┌─ SUPPLIED RECORDS

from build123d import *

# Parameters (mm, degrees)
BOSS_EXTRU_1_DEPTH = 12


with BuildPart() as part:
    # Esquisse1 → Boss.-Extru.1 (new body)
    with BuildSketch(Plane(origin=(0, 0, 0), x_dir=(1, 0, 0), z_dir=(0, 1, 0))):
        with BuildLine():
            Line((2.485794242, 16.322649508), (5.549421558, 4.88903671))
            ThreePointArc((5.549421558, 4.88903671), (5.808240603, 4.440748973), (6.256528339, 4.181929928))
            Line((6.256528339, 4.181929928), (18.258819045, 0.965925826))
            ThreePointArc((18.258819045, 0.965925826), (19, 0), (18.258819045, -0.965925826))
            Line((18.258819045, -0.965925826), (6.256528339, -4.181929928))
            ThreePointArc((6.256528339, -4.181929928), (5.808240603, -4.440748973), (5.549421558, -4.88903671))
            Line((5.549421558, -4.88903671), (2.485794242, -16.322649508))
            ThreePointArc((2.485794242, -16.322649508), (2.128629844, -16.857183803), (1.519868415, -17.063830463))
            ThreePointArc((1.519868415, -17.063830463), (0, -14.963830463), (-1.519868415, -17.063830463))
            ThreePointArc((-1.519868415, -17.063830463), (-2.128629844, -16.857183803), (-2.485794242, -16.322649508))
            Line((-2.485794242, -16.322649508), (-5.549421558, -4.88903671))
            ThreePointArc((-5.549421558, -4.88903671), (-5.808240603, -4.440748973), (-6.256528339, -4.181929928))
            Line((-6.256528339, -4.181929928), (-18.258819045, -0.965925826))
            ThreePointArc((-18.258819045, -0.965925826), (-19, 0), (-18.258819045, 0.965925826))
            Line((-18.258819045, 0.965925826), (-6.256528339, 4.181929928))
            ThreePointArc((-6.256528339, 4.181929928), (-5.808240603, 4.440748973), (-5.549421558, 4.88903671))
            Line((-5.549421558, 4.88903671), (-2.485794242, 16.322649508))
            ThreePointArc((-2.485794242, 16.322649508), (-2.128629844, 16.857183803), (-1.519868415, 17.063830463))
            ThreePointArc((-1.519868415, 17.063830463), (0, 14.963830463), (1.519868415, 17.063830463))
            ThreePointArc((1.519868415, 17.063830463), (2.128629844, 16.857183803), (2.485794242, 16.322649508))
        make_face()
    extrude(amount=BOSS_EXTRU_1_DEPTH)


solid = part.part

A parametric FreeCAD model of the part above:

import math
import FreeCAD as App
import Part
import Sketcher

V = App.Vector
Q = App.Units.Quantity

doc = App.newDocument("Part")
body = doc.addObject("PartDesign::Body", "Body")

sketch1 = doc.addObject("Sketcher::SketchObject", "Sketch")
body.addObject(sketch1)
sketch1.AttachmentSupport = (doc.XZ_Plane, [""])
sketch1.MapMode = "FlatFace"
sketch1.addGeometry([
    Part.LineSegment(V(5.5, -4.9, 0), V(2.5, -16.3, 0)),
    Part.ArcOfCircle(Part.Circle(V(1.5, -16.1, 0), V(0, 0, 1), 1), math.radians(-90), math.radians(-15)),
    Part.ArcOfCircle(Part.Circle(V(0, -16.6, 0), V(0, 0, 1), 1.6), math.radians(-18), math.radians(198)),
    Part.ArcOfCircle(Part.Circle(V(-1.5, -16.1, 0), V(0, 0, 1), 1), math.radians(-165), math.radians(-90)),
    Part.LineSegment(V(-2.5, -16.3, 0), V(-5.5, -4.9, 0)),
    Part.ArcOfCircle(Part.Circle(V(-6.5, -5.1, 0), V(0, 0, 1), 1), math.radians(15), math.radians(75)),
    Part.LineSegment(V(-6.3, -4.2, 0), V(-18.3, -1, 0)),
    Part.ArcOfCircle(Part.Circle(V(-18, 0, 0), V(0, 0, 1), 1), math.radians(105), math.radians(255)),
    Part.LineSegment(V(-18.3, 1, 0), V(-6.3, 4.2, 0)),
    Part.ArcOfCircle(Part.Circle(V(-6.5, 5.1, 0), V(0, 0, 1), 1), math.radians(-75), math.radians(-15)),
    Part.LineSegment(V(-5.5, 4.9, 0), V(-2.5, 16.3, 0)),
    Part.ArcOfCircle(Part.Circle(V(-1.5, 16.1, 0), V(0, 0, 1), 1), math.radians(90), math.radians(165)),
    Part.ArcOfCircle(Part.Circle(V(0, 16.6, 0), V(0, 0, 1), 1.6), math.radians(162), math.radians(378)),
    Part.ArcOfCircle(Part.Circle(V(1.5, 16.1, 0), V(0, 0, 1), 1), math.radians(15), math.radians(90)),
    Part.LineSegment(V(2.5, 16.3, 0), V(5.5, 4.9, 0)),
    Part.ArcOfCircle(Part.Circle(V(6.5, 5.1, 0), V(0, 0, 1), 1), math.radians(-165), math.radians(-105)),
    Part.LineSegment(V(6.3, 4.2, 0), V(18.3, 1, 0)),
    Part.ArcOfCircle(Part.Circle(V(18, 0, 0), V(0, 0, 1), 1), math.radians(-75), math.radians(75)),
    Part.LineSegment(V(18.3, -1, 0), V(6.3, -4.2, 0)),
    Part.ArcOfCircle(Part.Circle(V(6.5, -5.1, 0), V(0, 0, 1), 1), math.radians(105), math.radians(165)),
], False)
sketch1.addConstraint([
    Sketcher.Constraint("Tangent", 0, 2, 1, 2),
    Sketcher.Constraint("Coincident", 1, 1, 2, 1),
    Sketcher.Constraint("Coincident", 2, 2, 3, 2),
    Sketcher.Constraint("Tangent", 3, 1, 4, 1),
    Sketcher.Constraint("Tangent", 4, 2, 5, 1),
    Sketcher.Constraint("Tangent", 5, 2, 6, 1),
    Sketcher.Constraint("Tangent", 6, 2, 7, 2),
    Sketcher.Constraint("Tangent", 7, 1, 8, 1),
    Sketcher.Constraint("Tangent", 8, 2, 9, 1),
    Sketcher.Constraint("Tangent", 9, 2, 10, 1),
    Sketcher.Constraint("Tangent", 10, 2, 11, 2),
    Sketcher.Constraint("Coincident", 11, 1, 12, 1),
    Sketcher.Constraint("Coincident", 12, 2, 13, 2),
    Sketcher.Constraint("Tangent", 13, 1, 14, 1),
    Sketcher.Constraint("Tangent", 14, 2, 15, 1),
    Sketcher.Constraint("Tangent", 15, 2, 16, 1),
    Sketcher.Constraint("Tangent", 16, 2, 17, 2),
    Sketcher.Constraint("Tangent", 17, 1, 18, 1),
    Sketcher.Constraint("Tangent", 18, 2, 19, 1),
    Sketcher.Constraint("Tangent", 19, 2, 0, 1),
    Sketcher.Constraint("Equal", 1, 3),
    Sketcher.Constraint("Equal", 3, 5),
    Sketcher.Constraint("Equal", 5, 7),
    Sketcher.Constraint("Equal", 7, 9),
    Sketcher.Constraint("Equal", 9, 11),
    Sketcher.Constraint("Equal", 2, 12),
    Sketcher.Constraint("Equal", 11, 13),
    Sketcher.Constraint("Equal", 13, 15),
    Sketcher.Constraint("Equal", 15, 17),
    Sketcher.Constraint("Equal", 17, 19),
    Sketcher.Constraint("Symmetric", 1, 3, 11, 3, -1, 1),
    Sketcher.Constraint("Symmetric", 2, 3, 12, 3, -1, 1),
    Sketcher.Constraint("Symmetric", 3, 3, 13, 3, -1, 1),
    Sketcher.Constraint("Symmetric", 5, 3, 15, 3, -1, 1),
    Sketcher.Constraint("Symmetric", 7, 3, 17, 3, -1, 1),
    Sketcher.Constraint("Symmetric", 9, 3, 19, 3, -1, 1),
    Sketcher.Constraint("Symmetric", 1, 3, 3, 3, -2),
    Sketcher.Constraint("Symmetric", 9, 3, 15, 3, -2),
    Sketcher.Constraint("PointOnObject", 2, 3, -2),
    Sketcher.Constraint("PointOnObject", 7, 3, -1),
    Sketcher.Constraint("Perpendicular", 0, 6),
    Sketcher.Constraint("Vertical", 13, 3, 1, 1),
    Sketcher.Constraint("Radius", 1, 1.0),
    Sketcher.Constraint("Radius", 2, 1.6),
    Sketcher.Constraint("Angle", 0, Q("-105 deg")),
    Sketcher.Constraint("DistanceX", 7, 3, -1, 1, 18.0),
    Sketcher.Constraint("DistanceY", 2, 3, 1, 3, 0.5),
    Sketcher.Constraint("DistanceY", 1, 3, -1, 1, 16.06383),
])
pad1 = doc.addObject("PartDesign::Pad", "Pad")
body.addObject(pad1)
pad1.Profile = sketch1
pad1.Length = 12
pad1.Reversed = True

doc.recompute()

└─
┌─ SUPPLIED RECORDS

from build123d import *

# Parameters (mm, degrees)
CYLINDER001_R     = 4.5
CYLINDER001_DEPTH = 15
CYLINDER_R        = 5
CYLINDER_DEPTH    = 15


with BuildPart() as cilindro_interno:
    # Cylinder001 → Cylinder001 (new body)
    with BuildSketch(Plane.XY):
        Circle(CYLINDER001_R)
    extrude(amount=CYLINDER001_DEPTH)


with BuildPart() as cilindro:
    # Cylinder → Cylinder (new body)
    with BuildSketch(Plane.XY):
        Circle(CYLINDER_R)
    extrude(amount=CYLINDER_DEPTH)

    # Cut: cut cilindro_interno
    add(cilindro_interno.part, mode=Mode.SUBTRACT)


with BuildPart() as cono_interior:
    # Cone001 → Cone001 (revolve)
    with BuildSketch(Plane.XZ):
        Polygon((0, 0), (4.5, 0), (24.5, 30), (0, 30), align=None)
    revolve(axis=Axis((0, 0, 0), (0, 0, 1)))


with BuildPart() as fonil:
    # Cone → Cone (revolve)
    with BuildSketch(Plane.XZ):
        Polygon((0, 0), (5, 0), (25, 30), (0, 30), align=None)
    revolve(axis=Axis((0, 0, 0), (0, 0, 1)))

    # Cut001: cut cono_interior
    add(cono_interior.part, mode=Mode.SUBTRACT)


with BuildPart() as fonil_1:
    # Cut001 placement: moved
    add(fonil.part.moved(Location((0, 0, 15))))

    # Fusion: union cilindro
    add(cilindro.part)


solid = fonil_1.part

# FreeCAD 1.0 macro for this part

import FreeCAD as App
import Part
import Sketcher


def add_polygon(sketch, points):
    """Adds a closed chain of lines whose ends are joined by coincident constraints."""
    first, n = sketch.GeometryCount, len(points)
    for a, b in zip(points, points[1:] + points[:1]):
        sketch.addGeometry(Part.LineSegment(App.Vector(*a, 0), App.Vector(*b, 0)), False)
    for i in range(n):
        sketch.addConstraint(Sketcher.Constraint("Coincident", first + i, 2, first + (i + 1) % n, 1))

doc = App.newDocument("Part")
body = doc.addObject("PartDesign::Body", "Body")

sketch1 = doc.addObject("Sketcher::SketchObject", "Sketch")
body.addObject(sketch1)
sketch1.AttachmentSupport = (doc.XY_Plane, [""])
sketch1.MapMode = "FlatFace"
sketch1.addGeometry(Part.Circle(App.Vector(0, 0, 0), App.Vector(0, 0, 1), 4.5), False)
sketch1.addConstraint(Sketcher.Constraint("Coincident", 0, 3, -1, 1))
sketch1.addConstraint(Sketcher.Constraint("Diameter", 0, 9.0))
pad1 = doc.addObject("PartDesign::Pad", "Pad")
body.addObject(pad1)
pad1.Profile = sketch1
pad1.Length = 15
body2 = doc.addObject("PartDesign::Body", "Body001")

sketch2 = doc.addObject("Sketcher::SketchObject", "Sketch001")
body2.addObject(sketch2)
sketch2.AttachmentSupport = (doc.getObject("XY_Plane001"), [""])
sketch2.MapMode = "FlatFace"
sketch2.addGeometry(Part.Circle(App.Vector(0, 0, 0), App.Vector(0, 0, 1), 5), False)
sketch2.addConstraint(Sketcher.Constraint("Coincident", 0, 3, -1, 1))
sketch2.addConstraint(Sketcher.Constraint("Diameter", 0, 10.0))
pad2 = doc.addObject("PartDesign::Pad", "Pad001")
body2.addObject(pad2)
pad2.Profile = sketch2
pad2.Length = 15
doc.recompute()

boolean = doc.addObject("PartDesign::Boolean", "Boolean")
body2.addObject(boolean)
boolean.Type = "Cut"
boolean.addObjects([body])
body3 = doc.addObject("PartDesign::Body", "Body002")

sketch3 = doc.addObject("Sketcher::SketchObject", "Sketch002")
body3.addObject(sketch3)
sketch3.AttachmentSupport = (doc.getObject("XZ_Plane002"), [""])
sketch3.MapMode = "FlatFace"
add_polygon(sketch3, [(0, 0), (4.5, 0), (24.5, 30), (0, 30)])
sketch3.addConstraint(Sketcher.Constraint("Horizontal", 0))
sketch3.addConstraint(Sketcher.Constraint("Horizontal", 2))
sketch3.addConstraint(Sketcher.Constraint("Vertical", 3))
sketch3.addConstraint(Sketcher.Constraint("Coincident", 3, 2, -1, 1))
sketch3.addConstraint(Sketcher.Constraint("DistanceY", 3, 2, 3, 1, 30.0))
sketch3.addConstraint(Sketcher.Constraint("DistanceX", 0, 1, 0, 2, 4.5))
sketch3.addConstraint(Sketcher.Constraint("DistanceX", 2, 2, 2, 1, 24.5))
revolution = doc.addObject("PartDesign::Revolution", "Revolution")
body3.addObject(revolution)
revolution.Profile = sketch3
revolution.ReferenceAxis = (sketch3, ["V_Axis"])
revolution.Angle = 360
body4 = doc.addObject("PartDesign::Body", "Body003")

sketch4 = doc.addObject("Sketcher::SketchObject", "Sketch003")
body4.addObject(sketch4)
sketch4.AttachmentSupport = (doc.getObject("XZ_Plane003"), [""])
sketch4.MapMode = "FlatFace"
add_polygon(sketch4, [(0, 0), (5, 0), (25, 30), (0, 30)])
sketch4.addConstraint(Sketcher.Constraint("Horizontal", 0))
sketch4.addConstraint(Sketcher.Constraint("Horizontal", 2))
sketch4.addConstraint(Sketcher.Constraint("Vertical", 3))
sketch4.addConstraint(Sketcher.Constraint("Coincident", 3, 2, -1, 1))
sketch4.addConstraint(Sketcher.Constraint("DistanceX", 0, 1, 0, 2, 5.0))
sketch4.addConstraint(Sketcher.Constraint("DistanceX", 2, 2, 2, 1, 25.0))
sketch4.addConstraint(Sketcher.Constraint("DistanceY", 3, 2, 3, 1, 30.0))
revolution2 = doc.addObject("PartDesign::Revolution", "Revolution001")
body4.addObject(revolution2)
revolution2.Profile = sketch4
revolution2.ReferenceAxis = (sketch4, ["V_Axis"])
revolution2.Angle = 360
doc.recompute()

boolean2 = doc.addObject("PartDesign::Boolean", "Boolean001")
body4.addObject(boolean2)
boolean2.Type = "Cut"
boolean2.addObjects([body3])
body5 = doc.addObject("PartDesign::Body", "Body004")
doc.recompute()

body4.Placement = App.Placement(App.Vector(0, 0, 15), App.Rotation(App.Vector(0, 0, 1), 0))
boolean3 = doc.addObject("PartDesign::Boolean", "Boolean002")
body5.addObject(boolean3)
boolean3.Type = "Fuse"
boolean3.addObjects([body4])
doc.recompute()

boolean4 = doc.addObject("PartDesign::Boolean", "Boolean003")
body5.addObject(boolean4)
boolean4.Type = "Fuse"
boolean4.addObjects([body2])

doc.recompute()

└─

### TASK GOAL
Each line that holds the word "amount" should be extracted from the records.

### RESULT FOR THIS TASK
    extrude(amount=BOSS_EXTRU_1_DEPTH)
    extrude(amount=CYLINDER001_DEPTH)
    extrude(amount=CYLINDER_DEPTH)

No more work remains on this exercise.